------ Supplied records ------

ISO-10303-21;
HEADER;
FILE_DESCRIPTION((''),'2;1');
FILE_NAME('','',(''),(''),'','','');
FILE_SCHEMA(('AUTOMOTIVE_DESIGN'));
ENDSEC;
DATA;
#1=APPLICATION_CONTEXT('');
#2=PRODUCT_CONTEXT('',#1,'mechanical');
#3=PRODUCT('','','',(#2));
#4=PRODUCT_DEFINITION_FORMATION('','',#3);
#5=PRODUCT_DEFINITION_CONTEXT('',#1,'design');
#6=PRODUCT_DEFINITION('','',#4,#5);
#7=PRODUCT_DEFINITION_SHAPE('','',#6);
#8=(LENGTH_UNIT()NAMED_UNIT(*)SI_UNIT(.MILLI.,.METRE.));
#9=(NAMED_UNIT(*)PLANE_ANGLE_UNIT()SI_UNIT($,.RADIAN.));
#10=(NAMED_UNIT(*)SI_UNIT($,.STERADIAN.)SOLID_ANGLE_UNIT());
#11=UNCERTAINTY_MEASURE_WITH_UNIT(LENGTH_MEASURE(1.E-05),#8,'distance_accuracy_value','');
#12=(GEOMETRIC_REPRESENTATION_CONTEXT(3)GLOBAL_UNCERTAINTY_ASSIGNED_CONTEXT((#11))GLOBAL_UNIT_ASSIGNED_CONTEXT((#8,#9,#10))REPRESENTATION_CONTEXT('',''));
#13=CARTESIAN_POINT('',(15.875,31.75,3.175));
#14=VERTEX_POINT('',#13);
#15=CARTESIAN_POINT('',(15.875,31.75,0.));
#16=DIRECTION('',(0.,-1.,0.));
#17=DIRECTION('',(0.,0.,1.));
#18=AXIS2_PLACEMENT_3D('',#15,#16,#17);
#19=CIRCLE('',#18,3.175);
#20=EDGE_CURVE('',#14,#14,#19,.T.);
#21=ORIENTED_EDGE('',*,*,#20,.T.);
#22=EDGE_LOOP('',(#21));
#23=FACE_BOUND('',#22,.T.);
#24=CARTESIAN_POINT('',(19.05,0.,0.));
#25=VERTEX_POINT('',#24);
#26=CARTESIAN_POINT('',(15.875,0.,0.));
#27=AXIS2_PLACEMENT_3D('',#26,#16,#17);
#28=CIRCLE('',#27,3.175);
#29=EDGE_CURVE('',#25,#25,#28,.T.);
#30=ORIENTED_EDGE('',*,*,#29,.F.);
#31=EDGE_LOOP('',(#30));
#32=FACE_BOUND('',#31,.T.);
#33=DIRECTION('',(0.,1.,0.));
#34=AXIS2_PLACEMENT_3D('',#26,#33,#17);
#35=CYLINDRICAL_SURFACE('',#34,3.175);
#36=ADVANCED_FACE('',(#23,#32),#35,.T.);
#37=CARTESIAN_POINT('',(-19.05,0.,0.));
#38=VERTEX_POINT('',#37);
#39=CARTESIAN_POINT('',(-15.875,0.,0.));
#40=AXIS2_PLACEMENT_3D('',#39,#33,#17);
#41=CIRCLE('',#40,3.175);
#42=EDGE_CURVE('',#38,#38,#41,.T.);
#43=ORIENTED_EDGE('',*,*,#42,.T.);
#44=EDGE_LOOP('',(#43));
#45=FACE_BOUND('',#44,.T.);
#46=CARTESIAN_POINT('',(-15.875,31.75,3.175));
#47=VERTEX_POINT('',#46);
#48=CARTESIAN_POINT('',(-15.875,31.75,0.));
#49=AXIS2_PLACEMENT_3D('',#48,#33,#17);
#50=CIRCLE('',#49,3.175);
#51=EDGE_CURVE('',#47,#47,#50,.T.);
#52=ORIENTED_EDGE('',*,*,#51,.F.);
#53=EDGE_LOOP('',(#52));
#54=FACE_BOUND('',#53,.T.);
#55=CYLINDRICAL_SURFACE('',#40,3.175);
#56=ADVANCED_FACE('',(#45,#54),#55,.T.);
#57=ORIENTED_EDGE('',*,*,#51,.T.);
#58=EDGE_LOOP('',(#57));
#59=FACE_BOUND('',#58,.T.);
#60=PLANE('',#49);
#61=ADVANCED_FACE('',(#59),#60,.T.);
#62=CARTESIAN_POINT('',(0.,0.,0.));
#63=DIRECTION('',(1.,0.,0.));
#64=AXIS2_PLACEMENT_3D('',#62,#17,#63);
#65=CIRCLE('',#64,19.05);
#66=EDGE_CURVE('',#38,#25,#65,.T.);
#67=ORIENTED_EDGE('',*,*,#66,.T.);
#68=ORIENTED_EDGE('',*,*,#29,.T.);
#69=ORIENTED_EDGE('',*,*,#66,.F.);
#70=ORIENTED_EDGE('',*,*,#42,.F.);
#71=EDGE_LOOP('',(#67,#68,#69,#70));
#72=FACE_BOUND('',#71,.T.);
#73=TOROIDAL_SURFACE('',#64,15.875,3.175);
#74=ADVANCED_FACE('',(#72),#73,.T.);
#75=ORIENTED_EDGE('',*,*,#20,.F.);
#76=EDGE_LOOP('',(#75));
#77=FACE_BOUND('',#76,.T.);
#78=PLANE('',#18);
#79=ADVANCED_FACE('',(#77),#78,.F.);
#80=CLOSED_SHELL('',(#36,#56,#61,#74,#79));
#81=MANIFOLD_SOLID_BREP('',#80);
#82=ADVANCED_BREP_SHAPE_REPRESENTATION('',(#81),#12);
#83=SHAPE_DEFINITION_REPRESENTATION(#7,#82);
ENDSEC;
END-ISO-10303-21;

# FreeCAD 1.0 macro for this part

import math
import FreeCAD as App
import Part
import Sketcher
Q = App.Units.Quantity

doc = App.newDocument("Part")
body = doc.addObject("PartDesign::Body", "Body")

sketch1 = doc.addObject("Sketcher::SketchObject", "Sketch")
body.addObject(sketch1)
sketch1.AttachmentSupport = (doc.XZ_Plane, [""])
sketch1.MapMode = "FlatFace"
sketch1.AttachmentOffset = App.Placement(App.Vector(0, 0, -1.25 * 25.4), App.Rotation())
sketch1.addGeometry(Part.Circle(App.Vector(-15.9, 0, 0), App.Vector(0, 0, 1), 3.2), False)
sketch1.addConstraint([
    Sketcher.Constraint("PointOnObject", 0, 3, -1),
    Sketcher.Constraint("Diameter", 0, Q("0.25 in")),
    Sketcher.Constraint("DistanceX", 0, 3, -1, 1, Q("0.625 in")),
])

sketch2 = doc.addObject("Sketcher::SketchObject", "Sketch001")
body.addObject(sketch2)
sketch2.AttachmentSupport = (doc.XY_Plane, [""])
sketch2.MapMode = "FlatFace"
sketch2.addGeometry([
    Part.LineSegment(App.Vector(-13, 32, 0), App.Vector(-13, 0, 0)),
    Part.ArcOfCircle(Part.Circle(App.Vector(0, 0, 0), App.Vector(0, 0, 1), 13), math.radians(180), math.radians(360)),
    Part.LineSegment(App.Vector(13, 0, 0), App.Vector(13, 32, 0)),
], False)
sketch2.addConstraint([
    Sketcher.Constraint("Tangent", 0, 2, 1, 1),
    Sketcher.Constraint("Tangent", 1, 2, 2, 1),
    Sketcher.Constraint("Vertical", 0),
    Sketcher.Constraint("Vertical", 2),
    Sketcher.Constraint("Coincident", 1, 3, -1, 1),
    Sketcher.Constraint("Horizontal", 0, 1, 2, 2),
    Sketcher.Constraint("Radius", 1, Q("0.5 in")),
    Sketcher.Constraint("DistanceY", 0, 2, 0, 1, Q("1.25 in")),
])
doc.recompute()

additivepipe = doc.addObject("PartDesign::AdditivePipe", "AdditivePipe")
body.addObject(additivepipe)
additivepipe.Profile = sketch1
additivepipe.Spine = (sketch2, ["Edge1", "Edge2", "Edge3"])

doc.recompute()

------

There is a run of lines above from the one with "#23=FACE_BOUND('',#22,.T.);" to the one with "#61=ADVANCED_FACE('',(#59),#60,.T.);"; print exactly that run, both ends included, and nothing else.

**Solved exercise**
#23=FACE_BOUND('',#22,.T.);
#24=CARTESIAN_POINT('',(19.05,0.,0.));
#25=VERTEX_POINT('',#24);
#26=CARTESIAN_POINT('',(15.875,0.,0.));
#27=AXIS2_PLACEMENT_3D('',#26,#16,#17);
#28=CIRCLE('',#27,3.175);
#29=EDGE_CURVE('',#25,#25,#28,.T.);
#30=ORIENTED_EDGE('',*,*,#29,.F.);
#31=EDGE_LOOP('',(#30));
#32=FACE_BOUND('',#31,.T.);
#33=DIRECTION('',(0.,1.,0.));
#34=AXIS2_PLACEMENT_3D('',#26,#33,#17);
#35=CYLINDRICAL_SURFACE('',#34,3.175);
#36=ADVANCED_FACE('',(#23,#32),#35,.T.);
#37=CARTESIAN_POINT('',(-19.05,0.,0.));
#38=VERTEX_POINT('',#37);
#39=CARTESIAN_POINT('',(-15.875,0.,0.));
#40=AXIS2_PLACEMENT_3D('',#39,#33,#17);
#41=CIRCLE('',#40,3.175);
#42=EDGE_CURVE('',#38,#38,#41,.T.);
#43=ORIENTED_EDGE('',*,*,#42,.T.);
#44=EDGE_LOOP('',(#43));
#45=FACE_BOUND('',#44,.T.);
#46=CARTESIAN_POINT('',(-15.875,31.75,3.175));
#47=VERTEX_POINT('',#46);
#48=CARTESIAN_POINT('',(-15.875,31.75,0.));
#49=AXIS2_PLACEMENT_3D('',#48,#33,#17);
#50=CIRCLE('',#49,3.175);
#51=EDGE_CURVE('',#47,#47,#50,.T.);
#52=ORIENTED_EDGE('',*,*,#51,.F.);
#53=EDGE_LOOP('',(#52));
#54=FACE_BOUND('',#53,.T.);
#55=CYLINDRICAL_SURFACE('',#40,3.175);
#56=ADVANCED_FACE('',(#45,#54),#55,.T.);
#57=ORIENTED_EDGE('',*,*,#51,.T.);
#58=EDGE_LOOP('',(#57));
#59=FACE_BOUND('',#58,.T.);
#60=PLANE('',#49);
#61=ADVANCED_FACE('',(#59),#60,.T.);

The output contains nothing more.